Collected data entries
********************

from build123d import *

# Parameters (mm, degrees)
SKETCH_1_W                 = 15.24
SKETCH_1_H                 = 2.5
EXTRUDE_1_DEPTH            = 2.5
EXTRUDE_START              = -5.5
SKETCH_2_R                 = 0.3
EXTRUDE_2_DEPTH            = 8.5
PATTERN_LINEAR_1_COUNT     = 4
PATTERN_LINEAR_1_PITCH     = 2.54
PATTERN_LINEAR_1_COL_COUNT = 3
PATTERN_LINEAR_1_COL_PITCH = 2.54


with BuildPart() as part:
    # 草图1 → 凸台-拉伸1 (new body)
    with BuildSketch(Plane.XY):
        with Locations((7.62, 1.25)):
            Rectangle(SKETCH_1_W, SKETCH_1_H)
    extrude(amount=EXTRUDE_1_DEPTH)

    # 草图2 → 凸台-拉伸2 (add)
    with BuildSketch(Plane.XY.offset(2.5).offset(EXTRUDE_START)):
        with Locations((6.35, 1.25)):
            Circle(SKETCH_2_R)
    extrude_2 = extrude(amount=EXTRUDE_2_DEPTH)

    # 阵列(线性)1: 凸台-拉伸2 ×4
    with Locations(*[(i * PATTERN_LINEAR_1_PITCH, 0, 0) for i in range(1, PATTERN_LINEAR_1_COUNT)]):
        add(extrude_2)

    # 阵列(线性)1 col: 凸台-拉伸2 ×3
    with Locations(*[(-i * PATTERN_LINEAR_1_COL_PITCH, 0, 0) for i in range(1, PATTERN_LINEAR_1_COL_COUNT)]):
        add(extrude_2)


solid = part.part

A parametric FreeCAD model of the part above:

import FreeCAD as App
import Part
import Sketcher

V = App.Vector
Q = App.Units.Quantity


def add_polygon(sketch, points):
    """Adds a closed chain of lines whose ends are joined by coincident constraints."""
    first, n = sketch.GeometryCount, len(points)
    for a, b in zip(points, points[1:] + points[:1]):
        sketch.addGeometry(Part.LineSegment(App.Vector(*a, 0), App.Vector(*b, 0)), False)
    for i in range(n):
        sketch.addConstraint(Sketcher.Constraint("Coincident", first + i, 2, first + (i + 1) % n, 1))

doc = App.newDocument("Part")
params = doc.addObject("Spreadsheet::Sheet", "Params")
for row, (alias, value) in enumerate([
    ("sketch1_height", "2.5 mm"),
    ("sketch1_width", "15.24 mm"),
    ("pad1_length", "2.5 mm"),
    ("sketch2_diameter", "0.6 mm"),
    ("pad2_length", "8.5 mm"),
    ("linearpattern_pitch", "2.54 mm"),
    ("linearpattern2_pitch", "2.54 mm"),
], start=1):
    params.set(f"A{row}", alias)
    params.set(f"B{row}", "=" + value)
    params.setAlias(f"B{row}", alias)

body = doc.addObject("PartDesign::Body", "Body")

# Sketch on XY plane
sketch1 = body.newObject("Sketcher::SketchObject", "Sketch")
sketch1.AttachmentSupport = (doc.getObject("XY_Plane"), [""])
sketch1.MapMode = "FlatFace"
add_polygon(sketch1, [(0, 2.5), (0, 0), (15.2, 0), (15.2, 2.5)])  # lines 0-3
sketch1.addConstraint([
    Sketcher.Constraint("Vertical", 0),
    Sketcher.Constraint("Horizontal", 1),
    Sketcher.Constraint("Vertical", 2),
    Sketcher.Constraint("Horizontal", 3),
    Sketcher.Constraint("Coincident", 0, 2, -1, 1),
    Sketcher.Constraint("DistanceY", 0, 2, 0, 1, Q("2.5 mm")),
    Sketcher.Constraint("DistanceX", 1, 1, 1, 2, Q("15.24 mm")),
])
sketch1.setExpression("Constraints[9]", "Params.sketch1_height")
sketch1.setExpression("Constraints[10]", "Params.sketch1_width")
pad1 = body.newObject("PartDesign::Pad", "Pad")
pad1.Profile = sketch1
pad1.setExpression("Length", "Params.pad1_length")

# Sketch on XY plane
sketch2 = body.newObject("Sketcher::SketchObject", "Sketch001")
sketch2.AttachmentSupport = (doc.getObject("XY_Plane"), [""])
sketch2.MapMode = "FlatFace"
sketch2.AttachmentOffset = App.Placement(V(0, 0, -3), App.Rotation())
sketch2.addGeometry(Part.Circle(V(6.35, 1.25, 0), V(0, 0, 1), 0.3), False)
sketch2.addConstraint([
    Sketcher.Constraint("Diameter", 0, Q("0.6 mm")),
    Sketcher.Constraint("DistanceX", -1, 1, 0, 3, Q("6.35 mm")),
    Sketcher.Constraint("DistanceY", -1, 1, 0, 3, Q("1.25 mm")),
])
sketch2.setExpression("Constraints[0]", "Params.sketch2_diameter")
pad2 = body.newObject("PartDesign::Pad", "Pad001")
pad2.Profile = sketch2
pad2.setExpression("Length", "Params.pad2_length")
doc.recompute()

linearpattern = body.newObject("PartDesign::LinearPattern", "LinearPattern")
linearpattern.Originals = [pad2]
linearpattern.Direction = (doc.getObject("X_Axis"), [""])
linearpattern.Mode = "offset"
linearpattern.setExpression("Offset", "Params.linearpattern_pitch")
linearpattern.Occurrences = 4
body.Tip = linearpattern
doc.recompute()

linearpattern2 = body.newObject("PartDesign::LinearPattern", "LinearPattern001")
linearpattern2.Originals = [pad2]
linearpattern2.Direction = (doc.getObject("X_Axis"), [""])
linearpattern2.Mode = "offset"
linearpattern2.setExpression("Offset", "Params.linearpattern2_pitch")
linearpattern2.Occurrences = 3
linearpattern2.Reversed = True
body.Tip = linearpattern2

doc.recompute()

********************

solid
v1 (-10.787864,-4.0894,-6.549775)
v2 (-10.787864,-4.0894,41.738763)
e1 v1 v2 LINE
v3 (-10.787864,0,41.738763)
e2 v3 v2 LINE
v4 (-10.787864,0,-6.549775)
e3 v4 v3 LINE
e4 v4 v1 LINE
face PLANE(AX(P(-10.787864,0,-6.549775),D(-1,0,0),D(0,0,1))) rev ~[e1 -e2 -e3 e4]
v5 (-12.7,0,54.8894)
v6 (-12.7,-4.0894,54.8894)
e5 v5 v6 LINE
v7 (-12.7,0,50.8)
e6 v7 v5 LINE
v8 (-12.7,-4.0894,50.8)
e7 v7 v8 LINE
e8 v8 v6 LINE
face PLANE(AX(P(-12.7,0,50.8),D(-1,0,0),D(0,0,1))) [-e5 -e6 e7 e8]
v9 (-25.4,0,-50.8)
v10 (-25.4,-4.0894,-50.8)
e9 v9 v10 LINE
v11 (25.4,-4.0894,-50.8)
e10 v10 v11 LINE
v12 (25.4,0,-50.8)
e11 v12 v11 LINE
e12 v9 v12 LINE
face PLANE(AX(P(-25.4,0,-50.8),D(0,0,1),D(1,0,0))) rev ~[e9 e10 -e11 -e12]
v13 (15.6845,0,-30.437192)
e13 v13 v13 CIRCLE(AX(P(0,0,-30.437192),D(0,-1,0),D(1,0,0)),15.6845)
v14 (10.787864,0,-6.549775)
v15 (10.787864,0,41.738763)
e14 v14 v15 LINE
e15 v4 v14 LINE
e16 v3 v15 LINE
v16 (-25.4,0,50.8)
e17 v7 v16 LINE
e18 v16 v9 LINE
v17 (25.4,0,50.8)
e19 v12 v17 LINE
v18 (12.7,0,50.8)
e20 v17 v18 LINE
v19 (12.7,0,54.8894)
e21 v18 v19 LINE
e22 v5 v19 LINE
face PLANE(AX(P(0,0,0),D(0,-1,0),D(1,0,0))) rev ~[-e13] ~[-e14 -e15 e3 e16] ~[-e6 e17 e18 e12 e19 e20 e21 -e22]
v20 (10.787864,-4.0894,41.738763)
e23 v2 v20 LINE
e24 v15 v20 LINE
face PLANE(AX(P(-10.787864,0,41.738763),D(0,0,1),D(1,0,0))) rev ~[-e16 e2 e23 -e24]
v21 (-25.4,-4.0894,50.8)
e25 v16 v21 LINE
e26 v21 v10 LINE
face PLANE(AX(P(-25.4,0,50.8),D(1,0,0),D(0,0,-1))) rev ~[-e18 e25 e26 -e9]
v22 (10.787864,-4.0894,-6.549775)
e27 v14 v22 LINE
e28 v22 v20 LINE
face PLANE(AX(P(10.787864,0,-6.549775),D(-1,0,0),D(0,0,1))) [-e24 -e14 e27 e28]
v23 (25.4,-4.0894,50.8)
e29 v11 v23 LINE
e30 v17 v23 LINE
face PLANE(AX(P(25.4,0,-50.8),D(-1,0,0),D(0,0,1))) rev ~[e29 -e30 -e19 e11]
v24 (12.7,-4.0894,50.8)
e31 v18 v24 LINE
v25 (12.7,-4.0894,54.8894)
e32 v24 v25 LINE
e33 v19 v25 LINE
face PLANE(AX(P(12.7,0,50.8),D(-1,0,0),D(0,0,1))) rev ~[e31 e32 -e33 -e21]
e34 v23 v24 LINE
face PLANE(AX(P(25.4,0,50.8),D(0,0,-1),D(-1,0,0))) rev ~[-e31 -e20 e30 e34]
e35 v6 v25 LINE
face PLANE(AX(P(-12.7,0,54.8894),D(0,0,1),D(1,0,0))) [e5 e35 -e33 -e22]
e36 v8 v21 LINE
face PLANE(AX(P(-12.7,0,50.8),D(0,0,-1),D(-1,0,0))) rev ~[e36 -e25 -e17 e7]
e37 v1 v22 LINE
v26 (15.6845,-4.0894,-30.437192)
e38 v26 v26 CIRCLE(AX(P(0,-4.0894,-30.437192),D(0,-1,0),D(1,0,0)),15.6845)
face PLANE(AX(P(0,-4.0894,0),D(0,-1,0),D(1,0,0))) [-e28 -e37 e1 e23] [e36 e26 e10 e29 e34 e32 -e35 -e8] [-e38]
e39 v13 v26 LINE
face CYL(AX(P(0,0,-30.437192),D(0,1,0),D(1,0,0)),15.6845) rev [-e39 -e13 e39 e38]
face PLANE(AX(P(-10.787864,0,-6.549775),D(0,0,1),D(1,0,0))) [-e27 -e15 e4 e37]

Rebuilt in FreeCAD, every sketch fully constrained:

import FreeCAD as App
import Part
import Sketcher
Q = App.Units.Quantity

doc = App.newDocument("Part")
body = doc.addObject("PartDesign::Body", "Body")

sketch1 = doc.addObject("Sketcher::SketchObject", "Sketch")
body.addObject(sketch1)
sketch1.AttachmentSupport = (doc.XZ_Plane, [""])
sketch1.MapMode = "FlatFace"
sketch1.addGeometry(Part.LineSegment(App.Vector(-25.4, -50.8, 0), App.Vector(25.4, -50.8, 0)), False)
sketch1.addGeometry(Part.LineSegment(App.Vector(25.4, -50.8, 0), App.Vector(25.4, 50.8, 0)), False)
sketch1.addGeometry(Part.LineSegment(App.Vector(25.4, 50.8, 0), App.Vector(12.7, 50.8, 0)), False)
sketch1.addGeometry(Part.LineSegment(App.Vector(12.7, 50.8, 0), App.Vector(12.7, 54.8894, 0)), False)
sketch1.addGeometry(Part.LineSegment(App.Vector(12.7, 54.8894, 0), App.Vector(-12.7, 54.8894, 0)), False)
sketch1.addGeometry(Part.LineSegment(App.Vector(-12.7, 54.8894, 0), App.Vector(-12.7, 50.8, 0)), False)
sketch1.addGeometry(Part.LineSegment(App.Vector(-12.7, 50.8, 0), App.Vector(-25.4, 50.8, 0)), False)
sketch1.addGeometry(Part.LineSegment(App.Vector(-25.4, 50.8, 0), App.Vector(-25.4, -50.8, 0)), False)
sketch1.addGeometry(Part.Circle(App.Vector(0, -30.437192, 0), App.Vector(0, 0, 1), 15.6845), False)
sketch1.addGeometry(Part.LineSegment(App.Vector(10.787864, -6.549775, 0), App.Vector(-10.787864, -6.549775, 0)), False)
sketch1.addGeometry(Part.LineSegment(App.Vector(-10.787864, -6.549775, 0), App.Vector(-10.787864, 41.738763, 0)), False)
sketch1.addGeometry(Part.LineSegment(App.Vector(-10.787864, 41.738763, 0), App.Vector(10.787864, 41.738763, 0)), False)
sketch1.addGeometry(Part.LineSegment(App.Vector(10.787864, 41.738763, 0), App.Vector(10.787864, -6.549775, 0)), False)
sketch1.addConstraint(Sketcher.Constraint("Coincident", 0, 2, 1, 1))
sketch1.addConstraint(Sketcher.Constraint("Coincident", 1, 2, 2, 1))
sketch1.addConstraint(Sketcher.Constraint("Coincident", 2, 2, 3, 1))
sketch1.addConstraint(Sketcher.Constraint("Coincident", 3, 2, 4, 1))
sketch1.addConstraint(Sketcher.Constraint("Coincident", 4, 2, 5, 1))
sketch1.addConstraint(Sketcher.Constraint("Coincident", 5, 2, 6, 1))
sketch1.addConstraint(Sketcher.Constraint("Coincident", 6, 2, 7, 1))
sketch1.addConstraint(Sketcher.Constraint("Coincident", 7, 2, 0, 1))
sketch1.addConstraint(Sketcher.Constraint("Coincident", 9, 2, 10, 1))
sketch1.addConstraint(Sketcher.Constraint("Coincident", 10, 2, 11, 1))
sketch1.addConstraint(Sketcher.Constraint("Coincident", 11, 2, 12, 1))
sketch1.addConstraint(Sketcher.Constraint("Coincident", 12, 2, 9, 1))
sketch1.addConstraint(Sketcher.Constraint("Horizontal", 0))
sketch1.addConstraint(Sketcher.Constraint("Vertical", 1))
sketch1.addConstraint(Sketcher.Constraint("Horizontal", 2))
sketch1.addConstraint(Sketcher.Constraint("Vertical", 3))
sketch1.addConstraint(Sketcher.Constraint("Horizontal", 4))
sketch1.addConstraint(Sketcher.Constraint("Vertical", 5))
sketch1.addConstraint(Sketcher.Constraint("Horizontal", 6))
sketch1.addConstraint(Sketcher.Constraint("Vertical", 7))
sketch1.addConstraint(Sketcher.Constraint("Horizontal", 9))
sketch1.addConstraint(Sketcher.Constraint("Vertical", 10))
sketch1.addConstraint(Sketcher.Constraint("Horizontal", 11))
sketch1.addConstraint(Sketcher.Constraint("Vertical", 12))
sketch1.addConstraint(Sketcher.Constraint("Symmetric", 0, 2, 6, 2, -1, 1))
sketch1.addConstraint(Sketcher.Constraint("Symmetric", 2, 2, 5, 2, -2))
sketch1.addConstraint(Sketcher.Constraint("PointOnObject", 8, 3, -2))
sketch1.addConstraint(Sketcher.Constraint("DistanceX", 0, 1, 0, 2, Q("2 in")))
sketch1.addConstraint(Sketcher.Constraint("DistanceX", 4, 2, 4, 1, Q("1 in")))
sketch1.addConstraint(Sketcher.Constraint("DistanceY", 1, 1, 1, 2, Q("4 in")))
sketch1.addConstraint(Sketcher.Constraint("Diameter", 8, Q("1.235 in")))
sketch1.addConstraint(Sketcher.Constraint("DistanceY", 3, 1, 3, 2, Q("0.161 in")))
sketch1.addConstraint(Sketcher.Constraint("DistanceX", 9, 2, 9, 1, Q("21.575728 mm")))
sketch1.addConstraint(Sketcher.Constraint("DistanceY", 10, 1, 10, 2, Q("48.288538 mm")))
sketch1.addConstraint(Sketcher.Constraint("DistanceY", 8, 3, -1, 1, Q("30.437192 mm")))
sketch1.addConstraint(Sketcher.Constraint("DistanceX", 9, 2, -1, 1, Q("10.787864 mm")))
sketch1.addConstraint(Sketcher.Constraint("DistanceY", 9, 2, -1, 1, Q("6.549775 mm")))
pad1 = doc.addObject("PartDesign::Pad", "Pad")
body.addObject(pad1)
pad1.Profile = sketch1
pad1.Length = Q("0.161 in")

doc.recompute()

********************

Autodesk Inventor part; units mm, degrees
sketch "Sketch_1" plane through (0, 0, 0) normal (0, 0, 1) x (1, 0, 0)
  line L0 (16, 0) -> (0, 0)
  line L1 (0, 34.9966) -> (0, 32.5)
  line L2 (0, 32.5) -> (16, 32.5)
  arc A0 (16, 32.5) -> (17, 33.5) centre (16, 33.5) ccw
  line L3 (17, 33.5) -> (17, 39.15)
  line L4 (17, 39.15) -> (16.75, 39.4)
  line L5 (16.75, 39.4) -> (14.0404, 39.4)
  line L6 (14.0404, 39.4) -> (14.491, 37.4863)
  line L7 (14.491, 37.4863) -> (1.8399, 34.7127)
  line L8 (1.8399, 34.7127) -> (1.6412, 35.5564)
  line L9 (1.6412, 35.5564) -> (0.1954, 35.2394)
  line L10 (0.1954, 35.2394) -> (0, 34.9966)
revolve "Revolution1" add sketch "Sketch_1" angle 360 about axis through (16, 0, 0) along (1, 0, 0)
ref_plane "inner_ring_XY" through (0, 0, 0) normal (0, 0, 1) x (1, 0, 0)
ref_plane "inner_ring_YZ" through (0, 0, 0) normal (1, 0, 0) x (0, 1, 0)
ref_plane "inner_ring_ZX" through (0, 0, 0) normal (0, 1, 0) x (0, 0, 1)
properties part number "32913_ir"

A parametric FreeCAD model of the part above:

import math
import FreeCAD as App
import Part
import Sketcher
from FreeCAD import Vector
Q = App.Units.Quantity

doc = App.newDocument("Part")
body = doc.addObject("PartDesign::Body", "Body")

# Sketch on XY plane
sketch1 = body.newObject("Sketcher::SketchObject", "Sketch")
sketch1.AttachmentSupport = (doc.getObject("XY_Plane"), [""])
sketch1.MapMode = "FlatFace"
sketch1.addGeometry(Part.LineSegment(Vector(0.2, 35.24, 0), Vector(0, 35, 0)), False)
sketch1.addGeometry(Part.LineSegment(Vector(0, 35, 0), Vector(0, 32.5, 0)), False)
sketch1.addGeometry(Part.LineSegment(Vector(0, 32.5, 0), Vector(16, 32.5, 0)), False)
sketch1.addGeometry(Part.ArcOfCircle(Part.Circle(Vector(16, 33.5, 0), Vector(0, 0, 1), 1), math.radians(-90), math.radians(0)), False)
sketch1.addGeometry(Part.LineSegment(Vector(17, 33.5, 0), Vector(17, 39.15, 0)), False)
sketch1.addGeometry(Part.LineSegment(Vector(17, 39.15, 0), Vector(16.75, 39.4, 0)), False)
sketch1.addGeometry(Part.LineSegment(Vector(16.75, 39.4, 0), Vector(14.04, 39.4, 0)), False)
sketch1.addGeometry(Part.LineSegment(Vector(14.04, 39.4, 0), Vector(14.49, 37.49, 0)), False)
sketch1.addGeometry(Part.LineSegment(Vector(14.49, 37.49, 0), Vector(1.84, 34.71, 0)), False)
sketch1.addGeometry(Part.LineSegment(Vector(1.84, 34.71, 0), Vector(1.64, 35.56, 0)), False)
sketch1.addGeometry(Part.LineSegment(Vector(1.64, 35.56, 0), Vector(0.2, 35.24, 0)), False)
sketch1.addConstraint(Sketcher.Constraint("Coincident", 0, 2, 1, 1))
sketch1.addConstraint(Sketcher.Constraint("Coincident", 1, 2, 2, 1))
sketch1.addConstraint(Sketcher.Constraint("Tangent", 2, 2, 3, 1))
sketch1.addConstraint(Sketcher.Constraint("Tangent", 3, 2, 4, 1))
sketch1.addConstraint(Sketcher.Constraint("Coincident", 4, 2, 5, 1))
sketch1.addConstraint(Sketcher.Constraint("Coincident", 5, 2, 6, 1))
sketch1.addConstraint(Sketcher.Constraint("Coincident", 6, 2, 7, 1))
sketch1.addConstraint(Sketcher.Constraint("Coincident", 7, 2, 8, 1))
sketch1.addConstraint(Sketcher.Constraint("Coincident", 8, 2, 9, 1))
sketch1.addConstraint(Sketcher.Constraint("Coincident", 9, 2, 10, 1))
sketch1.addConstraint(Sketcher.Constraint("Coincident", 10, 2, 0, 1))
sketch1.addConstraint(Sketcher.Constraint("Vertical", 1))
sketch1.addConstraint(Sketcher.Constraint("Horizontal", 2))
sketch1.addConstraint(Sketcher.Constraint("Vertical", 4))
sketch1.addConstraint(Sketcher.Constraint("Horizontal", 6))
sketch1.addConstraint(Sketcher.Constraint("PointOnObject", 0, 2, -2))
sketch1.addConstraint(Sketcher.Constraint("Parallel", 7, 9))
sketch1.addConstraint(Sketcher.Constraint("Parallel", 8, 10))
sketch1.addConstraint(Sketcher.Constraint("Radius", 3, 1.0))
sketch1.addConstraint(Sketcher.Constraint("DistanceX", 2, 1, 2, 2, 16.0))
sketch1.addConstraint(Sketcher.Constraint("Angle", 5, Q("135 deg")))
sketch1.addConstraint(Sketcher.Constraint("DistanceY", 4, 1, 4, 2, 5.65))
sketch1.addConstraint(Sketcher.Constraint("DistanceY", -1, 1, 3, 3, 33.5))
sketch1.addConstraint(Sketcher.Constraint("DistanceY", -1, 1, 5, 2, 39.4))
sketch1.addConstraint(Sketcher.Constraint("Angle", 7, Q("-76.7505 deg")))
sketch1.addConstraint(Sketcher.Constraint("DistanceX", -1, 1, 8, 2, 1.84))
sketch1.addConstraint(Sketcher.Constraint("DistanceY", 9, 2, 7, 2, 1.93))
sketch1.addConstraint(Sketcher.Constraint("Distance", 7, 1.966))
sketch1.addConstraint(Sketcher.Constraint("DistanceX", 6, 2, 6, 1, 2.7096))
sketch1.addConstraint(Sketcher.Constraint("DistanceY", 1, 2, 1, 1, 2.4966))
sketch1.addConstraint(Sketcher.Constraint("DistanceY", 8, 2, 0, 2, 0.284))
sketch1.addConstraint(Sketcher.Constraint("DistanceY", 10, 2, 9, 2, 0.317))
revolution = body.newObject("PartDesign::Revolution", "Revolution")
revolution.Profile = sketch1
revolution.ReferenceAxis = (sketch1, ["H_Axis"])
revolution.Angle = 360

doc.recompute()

********************

_What you should do_:
List all lines from the entries that include the word "with".

_Written solution_:
with BuildPart() as part:
    with BuildSketch(Plane.XY):
        with Locations((7.62, 1.25)):
    with BuildSketch(Plane.XY.offset(2.5).offset(EXTRUDE_START)):
        with Locations((6.35, 1.25)):
    with Locations(*[(i * PATTERN_LINEAR_1_PITCH, 0, 0) for i in range(1, PATTERN_LINEAR_1_COUNT)]):
    with Locations(*[(-i * PATTERN_LINEAR_1_COL_PITCH, 0, 0) for i in range(1, PATTERN_LINEAR_1_COL_COUNT)]):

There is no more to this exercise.